The problem
Within the records below, reproduce without change the lines from the line that has "f 151 43 42" through the line that has "f 64 166 164", and only those.

Dataset records

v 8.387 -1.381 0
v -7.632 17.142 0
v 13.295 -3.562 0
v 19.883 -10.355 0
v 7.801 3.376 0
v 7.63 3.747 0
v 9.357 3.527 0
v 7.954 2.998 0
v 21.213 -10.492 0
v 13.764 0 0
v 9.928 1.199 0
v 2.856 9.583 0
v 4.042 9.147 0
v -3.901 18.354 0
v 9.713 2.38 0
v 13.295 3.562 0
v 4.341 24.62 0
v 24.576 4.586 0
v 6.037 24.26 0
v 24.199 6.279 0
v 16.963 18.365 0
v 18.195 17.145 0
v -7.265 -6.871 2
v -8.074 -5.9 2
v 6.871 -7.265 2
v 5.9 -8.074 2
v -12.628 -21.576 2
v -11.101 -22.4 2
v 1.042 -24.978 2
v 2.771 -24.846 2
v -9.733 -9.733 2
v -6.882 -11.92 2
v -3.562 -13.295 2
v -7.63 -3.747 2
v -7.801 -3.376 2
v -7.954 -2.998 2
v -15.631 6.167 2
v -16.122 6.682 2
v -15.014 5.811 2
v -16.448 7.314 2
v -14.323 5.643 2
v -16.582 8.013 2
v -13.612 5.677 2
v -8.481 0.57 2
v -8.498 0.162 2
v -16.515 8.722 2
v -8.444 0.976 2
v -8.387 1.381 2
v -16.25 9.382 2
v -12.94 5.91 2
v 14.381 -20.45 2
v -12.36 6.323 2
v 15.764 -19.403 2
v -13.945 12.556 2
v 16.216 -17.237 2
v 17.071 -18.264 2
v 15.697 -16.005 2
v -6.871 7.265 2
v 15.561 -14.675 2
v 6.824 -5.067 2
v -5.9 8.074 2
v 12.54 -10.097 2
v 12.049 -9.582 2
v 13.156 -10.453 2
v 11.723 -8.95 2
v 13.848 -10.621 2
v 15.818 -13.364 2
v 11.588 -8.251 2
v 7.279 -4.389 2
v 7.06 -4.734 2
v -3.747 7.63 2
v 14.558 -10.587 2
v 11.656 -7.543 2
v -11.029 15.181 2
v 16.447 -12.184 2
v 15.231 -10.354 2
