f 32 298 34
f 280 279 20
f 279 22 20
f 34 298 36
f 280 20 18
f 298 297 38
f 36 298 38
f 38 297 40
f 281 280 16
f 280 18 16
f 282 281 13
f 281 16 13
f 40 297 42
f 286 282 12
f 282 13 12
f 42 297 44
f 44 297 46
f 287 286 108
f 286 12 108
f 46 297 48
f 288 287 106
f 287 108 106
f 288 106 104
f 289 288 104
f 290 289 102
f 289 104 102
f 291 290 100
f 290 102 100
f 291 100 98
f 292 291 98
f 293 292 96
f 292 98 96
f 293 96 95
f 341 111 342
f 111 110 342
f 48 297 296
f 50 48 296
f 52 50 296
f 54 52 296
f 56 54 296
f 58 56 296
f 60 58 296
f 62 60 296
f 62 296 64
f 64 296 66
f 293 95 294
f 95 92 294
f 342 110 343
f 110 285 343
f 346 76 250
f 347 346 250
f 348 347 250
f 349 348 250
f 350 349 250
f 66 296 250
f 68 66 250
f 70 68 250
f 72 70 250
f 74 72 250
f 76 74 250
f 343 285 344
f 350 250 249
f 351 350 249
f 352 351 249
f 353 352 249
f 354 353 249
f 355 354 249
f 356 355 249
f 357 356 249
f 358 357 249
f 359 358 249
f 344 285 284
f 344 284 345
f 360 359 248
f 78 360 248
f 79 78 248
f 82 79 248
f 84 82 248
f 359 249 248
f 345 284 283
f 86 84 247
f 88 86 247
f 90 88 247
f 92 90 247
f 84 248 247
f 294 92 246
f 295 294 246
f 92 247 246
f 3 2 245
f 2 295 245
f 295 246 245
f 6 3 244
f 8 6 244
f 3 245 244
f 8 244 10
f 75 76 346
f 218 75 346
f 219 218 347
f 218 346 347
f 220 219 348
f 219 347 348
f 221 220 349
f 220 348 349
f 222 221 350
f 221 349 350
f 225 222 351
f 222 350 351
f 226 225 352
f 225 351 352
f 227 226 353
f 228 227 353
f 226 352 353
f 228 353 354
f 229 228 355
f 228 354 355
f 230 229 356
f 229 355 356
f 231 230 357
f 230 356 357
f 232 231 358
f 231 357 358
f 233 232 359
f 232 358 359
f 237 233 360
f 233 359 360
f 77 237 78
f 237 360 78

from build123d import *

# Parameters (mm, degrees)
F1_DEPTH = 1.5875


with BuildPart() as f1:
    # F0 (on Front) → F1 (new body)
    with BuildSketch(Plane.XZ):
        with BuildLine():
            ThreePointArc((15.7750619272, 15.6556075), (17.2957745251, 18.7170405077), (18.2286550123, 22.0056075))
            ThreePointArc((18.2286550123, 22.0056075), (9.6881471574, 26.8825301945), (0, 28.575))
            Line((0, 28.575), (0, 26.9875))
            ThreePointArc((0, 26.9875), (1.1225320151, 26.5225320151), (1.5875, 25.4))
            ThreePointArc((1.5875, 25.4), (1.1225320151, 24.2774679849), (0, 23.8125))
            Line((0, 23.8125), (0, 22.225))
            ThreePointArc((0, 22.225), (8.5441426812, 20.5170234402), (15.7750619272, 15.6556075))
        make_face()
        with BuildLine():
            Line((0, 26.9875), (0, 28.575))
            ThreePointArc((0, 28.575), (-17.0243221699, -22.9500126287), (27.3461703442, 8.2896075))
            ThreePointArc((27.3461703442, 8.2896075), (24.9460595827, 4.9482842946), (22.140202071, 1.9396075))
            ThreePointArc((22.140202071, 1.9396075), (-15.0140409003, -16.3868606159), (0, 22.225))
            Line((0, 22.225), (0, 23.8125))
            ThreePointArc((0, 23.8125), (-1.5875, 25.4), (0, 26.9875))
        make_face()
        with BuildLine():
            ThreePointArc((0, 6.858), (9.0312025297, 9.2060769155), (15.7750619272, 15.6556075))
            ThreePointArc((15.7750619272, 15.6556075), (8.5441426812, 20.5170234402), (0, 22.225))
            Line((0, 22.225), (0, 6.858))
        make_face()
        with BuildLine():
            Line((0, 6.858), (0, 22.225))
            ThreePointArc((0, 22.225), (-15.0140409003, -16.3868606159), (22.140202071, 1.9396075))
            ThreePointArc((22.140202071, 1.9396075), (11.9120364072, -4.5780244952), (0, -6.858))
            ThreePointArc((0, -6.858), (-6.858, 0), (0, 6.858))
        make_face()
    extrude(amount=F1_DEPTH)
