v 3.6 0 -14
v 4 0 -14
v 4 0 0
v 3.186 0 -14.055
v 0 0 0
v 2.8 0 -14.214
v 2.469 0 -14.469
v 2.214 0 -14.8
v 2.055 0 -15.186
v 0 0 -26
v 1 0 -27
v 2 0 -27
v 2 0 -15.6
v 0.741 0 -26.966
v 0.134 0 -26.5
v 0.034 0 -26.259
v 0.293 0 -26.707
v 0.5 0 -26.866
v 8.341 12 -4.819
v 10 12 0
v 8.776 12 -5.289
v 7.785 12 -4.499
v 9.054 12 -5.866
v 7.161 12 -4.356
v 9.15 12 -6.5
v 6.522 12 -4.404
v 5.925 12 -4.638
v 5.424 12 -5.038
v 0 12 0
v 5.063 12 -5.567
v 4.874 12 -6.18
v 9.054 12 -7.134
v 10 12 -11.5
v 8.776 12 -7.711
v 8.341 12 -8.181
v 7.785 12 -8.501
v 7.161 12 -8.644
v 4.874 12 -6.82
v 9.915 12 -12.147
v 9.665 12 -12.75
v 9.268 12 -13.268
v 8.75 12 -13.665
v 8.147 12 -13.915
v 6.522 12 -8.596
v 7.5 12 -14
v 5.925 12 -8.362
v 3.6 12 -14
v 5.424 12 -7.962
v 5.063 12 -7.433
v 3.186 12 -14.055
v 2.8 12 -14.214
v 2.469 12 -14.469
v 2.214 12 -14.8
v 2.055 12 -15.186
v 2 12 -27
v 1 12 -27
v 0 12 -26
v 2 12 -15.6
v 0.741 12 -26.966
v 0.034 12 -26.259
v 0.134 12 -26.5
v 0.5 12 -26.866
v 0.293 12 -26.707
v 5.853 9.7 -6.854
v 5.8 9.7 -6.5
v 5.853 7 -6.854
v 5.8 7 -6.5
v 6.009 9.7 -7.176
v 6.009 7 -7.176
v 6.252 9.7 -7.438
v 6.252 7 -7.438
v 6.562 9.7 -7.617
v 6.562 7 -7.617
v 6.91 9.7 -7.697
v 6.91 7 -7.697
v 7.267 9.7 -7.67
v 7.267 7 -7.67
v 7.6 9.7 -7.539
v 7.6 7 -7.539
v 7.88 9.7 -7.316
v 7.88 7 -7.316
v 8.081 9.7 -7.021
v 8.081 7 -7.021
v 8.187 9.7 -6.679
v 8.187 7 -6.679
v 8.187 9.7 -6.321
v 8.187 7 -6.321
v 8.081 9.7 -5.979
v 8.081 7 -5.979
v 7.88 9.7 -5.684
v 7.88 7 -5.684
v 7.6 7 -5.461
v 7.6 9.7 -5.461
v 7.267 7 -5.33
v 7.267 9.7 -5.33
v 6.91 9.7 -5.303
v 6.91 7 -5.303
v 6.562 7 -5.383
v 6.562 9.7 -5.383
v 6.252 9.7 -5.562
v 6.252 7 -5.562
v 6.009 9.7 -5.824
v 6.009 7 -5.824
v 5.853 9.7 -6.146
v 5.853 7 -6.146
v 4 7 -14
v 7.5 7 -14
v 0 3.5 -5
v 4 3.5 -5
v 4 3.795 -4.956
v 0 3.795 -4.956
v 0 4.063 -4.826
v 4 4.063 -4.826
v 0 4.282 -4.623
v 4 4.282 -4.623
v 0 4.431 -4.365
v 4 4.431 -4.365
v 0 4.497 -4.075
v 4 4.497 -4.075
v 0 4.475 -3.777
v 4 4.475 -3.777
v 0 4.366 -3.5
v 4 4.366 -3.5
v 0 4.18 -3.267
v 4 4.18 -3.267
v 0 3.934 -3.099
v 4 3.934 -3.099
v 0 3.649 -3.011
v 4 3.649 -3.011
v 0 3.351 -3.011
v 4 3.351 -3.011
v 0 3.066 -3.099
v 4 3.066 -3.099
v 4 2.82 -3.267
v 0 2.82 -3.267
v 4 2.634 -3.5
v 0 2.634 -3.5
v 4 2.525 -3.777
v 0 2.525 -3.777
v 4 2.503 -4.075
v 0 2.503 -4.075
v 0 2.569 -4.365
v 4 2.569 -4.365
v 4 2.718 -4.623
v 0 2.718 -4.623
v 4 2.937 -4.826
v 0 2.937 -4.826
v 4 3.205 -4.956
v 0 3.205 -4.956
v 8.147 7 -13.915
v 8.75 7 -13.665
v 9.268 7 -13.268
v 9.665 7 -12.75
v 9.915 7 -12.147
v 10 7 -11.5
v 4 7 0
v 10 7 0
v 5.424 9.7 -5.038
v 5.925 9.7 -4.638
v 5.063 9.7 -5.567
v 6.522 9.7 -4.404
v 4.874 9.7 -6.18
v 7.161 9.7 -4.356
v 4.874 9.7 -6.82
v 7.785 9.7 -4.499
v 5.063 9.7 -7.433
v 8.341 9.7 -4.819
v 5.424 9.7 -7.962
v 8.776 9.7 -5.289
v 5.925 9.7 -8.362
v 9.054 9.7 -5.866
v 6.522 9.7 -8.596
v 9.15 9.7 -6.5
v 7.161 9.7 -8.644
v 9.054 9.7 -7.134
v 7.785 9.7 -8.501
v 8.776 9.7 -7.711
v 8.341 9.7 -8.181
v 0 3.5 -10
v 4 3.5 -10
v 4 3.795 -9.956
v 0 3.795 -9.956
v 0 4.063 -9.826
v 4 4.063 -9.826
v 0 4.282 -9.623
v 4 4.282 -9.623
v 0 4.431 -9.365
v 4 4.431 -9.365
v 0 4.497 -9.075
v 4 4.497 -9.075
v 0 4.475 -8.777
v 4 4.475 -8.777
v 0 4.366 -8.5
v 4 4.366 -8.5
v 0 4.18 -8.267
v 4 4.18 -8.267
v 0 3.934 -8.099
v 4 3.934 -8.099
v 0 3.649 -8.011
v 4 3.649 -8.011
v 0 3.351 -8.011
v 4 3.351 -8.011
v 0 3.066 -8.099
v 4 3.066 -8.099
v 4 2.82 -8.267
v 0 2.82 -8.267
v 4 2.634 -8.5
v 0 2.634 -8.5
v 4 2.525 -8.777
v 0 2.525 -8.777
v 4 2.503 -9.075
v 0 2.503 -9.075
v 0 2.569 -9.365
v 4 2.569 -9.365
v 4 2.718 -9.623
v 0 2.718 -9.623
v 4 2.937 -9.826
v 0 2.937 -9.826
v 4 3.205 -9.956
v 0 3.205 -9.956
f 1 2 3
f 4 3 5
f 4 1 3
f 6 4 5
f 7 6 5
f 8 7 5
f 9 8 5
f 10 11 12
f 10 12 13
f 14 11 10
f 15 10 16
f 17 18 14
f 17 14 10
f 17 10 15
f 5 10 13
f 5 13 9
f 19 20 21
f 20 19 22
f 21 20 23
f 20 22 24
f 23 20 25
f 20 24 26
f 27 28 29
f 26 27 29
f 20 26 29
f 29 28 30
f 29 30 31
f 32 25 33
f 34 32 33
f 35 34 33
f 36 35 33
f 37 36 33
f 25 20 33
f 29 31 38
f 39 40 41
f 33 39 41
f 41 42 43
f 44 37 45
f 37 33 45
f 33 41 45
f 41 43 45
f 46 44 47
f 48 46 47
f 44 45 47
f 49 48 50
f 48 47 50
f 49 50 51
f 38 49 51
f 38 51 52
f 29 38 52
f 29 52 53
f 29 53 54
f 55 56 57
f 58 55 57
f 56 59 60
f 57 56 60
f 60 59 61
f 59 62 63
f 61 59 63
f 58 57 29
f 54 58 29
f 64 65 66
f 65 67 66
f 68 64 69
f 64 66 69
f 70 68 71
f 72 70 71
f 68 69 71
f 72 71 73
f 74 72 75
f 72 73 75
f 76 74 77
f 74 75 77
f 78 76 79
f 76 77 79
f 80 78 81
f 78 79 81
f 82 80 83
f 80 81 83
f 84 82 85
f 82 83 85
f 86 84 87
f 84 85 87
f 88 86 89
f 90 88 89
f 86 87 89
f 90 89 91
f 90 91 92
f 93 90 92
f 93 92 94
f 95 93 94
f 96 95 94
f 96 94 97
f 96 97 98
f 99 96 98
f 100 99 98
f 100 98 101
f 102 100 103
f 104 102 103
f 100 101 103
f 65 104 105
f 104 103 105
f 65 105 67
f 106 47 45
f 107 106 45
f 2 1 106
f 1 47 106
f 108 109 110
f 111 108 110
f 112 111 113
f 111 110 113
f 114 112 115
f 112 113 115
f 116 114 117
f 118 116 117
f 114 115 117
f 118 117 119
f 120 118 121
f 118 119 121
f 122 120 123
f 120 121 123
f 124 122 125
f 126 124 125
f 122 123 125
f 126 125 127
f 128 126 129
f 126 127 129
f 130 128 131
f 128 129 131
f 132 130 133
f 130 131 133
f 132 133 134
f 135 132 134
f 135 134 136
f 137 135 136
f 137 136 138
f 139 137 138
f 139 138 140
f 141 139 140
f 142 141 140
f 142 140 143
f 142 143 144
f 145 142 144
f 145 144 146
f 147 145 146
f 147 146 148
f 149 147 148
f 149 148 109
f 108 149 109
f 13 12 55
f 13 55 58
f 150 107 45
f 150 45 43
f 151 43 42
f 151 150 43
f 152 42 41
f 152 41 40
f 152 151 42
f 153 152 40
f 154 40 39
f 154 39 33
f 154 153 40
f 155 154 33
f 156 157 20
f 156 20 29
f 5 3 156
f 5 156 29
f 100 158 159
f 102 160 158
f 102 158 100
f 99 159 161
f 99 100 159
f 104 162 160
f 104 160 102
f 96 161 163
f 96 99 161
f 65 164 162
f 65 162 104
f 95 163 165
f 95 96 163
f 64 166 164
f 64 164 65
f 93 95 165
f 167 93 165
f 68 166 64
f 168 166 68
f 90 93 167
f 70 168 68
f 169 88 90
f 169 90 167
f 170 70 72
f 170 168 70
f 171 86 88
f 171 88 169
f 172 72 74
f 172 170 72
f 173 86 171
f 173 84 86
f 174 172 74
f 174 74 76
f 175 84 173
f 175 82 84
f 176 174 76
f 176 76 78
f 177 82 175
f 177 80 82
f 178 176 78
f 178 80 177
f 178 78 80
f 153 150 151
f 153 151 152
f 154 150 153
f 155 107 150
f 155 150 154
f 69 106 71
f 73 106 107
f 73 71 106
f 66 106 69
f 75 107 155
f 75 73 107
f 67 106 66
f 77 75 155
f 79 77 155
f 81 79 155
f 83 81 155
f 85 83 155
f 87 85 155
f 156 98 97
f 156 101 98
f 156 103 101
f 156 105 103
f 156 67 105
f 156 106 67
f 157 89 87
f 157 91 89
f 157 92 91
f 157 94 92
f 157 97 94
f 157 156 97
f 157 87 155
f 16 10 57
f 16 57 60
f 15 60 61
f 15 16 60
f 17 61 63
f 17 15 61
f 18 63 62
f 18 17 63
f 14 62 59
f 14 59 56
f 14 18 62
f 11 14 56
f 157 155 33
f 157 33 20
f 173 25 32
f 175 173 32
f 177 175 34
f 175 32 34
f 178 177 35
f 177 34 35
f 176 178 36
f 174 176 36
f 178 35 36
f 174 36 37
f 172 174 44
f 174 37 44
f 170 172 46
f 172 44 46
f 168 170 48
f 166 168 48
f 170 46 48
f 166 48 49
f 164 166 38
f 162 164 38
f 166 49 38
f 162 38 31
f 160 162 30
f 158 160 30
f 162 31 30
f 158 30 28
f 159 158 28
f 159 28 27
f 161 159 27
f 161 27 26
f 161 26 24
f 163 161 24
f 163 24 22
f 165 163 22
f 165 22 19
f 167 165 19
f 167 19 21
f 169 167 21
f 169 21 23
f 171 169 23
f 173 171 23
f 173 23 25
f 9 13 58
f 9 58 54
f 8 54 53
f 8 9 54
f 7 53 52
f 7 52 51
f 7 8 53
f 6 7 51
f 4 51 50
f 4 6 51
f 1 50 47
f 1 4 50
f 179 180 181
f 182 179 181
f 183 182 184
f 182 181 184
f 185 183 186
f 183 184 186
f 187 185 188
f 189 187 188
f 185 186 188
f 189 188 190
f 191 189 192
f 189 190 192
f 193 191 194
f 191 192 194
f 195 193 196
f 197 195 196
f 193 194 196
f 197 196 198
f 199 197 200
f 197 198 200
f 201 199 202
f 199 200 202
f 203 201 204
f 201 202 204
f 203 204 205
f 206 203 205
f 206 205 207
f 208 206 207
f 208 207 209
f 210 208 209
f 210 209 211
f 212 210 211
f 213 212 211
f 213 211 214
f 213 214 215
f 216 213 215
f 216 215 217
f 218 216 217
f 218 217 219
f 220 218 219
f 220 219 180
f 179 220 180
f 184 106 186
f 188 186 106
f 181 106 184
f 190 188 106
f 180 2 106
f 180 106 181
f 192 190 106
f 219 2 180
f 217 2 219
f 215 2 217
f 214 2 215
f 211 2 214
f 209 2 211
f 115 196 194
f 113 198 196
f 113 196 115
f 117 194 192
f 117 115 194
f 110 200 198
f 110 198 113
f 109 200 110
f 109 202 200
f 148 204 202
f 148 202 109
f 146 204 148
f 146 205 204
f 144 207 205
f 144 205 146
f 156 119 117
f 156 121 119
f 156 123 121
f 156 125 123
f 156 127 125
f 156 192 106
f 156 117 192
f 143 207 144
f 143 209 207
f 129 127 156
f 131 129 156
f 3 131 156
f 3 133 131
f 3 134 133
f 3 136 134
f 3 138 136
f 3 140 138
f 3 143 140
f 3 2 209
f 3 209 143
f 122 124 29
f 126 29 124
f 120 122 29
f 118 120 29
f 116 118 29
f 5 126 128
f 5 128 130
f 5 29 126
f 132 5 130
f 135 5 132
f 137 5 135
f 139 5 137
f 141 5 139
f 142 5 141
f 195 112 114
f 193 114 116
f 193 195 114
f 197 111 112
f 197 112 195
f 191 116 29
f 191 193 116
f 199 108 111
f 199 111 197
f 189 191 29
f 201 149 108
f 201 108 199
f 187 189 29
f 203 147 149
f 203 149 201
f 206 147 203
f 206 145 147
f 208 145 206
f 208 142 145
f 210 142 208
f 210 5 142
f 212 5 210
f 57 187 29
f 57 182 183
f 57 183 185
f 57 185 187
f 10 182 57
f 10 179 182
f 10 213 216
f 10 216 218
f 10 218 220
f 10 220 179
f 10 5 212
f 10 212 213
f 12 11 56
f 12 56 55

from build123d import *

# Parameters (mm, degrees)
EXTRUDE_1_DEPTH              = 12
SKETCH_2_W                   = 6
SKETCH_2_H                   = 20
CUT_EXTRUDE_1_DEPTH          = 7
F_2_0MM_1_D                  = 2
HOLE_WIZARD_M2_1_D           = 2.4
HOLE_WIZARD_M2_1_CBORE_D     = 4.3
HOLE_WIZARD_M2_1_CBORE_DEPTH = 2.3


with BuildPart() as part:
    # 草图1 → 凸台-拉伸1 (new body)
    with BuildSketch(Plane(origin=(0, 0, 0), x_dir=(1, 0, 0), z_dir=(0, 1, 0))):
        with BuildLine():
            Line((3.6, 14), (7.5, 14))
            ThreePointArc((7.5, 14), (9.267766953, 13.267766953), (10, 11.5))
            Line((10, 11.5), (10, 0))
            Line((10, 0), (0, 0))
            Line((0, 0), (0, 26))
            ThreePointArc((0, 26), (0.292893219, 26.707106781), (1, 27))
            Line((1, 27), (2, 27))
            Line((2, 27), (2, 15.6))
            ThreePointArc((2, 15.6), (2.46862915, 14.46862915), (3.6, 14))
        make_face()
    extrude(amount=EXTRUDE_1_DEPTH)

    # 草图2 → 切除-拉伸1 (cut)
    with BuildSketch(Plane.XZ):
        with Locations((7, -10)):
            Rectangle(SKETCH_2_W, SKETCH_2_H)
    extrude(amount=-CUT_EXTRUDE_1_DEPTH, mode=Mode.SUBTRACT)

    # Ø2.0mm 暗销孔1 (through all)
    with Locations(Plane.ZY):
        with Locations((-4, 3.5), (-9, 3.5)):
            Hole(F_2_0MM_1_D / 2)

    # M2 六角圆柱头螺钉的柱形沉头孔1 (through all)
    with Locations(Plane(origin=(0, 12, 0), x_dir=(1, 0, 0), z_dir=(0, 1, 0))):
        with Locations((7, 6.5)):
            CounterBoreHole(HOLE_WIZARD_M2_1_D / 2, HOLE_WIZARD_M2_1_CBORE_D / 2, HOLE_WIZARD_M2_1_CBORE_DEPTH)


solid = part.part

Response
f 151 43 42
f 151 150 43
f 152 42 41
f 152 41 40
f 152 151 42
f 153 152 40
f 154 40 39
f 154 39 33
f 154 153 40
f 155 154 33
f 156 157 20
f 156 20 29
f 5 3 156
f 5 156 29
f 100 158 159
f 102 160 158
f 102 158 100
f 99 159 161
f 99 100 159
f 104 162 160
f 104 160 102
f 96 161 163
f 96 99 161
f 65 164 162
f 65 162 104
f 95 163 165
f 95 96 163
f 64 166 164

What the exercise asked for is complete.